**Your task:** Repeat exactly the lines of the entries below from the one with "e30 v17 v7 LINE" through the one with "v27 (16.5,-15,0)", both ends included, and nothing else.

[Stored data]
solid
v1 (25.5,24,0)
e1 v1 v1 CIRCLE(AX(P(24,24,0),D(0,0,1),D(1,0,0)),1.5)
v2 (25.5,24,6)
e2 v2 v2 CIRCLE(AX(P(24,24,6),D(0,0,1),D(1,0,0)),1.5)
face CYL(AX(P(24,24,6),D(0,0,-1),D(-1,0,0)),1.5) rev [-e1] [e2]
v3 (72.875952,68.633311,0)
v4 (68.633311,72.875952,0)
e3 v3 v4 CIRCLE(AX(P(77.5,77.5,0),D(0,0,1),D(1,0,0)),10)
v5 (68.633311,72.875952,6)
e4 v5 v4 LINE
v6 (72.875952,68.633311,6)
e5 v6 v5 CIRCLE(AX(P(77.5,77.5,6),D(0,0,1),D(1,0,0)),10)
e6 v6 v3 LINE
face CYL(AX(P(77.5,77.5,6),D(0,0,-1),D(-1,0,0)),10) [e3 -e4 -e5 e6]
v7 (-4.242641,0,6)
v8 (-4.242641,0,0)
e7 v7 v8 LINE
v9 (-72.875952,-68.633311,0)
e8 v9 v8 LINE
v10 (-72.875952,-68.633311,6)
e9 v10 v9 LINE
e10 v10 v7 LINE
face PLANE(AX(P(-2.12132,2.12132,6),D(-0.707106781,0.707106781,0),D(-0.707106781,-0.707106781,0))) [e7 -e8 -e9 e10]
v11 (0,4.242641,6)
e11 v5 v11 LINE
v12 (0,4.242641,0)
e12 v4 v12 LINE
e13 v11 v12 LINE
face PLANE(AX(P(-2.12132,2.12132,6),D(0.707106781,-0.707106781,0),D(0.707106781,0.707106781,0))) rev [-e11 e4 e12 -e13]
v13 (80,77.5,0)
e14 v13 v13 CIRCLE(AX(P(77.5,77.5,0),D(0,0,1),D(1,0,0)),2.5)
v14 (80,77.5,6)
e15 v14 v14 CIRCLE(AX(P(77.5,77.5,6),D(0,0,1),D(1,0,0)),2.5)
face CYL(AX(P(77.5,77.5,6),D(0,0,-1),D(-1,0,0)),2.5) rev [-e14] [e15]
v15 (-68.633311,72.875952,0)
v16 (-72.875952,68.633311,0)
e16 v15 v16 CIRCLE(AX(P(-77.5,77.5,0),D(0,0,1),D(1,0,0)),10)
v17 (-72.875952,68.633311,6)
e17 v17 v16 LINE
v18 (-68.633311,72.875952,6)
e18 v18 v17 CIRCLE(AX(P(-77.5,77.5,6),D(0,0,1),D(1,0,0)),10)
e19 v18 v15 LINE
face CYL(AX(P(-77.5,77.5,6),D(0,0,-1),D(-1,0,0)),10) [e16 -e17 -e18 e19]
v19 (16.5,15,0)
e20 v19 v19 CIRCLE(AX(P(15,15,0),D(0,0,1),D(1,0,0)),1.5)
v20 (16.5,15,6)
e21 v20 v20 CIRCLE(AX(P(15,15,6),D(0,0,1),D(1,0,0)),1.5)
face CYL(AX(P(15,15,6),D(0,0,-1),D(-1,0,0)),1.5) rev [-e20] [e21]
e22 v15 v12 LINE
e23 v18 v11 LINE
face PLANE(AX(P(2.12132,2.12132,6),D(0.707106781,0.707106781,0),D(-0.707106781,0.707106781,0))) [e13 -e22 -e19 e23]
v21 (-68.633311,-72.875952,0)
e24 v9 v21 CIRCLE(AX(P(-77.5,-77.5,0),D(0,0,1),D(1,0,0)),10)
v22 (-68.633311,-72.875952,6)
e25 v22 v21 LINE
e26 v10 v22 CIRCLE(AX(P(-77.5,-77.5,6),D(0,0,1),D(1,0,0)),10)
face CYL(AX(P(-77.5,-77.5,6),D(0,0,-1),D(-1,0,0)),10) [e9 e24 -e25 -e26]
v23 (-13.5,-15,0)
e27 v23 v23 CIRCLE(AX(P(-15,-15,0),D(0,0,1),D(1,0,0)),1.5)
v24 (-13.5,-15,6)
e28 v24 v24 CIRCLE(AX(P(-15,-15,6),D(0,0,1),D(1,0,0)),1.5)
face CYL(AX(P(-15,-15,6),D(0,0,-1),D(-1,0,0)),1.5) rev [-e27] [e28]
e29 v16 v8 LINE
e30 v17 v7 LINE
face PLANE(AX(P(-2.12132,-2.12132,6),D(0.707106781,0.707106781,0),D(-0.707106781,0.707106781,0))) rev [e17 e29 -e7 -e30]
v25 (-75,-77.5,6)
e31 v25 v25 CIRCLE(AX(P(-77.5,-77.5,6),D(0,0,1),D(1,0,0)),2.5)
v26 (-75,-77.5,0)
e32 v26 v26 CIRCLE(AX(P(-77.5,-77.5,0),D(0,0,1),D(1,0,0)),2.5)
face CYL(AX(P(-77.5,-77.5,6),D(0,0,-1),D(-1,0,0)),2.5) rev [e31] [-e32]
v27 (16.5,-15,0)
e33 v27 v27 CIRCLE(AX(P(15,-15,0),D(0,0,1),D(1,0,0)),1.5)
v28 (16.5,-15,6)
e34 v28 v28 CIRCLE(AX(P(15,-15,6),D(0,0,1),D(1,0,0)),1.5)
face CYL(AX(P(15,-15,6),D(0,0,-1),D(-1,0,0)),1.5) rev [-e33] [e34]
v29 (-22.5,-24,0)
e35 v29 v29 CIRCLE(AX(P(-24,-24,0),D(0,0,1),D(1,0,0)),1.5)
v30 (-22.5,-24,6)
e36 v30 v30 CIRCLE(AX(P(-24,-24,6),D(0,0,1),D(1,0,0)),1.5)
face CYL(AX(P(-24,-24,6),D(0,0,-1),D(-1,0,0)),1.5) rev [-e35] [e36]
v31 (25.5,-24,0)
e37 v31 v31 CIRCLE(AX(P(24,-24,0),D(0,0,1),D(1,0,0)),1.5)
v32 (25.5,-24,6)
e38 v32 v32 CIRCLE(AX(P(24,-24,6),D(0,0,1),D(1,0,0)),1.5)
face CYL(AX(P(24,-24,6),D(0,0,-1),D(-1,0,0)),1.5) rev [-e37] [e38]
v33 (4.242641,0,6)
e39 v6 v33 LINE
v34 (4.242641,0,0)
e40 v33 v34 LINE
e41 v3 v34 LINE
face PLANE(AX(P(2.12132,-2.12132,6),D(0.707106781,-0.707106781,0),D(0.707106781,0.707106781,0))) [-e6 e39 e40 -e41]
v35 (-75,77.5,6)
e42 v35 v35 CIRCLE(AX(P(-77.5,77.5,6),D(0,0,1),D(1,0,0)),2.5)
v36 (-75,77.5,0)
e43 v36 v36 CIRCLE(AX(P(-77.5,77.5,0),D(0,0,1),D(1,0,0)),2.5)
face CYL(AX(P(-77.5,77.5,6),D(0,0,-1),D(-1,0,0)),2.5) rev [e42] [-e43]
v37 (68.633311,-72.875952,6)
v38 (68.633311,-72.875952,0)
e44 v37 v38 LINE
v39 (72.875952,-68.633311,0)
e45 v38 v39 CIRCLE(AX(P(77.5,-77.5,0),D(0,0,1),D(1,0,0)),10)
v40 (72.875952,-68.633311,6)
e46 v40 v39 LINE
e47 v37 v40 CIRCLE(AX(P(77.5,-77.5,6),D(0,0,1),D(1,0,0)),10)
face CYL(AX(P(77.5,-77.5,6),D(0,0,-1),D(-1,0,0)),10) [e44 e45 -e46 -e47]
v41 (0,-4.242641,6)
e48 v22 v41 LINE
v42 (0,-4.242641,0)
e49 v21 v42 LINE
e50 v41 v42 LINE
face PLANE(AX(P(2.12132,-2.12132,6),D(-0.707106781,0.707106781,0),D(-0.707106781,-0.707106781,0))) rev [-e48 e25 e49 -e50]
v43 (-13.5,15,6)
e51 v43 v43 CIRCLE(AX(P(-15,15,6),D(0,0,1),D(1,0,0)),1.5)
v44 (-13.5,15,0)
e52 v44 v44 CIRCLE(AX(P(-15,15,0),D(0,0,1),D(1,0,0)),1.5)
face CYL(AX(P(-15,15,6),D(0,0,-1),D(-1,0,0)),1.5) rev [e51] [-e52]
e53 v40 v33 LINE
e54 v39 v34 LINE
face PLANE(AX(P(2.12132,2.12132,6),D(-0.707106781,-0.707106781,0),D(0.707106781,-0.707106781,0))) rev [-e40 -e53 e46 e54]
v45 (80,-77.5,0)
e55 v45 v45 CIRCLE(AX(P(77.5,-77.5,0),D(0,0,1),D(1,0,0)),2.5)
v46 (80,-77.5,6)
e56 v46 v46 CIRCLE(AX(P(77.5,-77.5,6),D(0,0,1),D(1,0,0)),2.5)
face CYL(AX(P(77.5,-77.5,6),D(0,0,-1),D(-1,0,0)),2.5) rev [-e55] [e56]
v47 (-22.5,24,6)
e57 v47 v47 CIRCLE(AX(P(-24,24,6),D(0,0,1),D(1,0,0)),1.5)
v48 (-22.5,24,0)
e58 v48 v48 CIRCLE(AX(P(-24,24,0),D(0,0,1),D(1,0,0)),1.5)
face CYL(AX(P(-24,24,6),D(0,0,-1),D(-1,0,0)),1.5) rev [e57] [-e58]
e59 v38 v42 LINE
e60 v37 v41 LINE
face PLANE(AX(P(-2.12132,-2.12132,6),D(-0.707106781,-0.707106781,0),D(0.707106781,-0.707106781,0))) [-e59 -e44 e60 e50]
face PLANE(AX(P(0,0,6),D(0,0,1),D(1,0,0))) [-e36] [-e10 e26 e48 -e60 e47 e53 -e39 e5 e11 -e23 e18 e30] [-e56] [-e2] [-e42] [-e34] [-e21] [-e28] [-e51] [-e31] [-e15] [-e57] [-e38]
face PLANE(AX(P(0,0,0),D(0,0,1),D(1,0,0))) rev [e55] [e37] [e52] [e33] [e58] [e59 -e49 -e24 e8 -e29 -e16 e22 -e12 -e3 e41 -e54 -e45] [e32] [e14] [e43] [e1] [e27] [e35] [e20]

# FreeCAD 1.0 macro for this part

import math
import FreeCAD as App
import Part
import Sketcher
from FreeCAD import Vector
Q = App.Units.Quantity

doc = App.newDocument("Part")
params = doc.addObject("Spreadsheet::Sheet", "Params")
for row, (alias, value) in enumerate([
    ("sketch1_diameter", "5 mm"),
    ("sketch1_diameter2", "3 mm"),
    ("sketch1_radius", "10 mm"),
    ("pad1_length", "6 mm"),
], start=1):
    params.set(f"A{row}", alias)
    params.set(f"B{row}", "=" + value)
    params.setAlias(f"B{row}", alias)

body = doc.addObject("PartDesign::Body", "Body")

# Sketch on XY plane
sketch1 = body.newObject("Sketcher::SketchObject", "Sketch")
sketch1.AttachmentSupport = (doc.getObject("XY_Plane"), [""])
sketch1.MapMode = "FlatFace"
sketch1.addGeometry([
    Part.LineSegment(Vector(-4.242641, 0, 0), Vector(-72.875952, -68.633311, 0)),  # 0
    Part.ArcOfCircle(Part.Circle(Vector(-77.5, -77.5, 0), Vector(0, 0, 1), 10), math.radians(62.457603), math.radians(387.542397)),  # 1
    Part.LineSegment(Vector(-68.633311, -72.875952, 0), Vector(0, -4.242641, 0)),  # 2
    Part.LineSegment(Vector(0, -4.242641, 0), Vector(68.633311, -72.875952, 0)),  # 3
    Part.ArcOfCircle(Part.Circle(Vector(77.5, -77.5, 0), Vector(0, 0, 1), 10), math.radians(152.457603), math.radians(477.542397)),  # 4
    Part.LineSegment(Vector(72.875952, -68.633311, 0), Vector(4.242641, 0, 0)),  # 5
    Part.LineSegment(Vector(4.242641, 0, 0), Vector(72.875952, 68.633311, 0)),  # 6
    Part.ArcOfCircle(Part.Circle(Vector(77.5, 77.5, 0), Vector(0, 0, 1), 10), math.radians(-117.542397), math.radians(207.542397)),  # 7
    Part.LineSegment(Vector(68.633311, 72.875952, 0), Vector(0, 4.242641, 0)),  # 8
    Part.LineSegment(Vector(0, 4.242641, 0), Vector(-68.633311, 72.875952, 0)),  # 9
    Part.ArcOfCircle(Part.Circle(Vector(-77.5, 77.5, 0), Vector(0, 0, 1), 10), math.radians(-27.542397), math.radians(297.542397)),  # 10
    Part.LineSegment(Vector(-72.875952, 68.633311, 0), Vector(-4.242641, 0, 0)),  # 11
    Part.Circle(Vector(77.5, -77.5, 0), Vector(0, 0, 1), 2.5),  # 12
    Part.Circle(Vector(24, -24, 0), Vector(0, 0, 1), 1.5),  # 13
    Part.Circle(Vector(15, -15, 0), Vector(0, 0, 1), 1.5),  # 14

**Response to the exercise:**
e30 v17 v7 LINE
face PLANE(AX(P(-2.12132,-2.12132,6),D(0.707106781,0.707106781,0),D(-0.707106781,0.707106781,0))) rev [e17 e29 -e7 -e30]
v25 (-75,-77.5,6)
e31 v25 v25 CIRCLE(AX(P(-77.5,-77.5,6),D(0,0,1),D(1,0,0)),2.5)
v26 (-75,-77.5,0)
e32 v26 v26 CIRCLE(AX(P(-77.5,-77.5,0),D(0,0,1),D(1,0,0)),2.5)
face CYL(AX(P(-77.5,-77.5,6),D(0,0,-1),D(-1,0,0)),2.5) rev [e31] [-e32]
v27 (16.5,-15,0)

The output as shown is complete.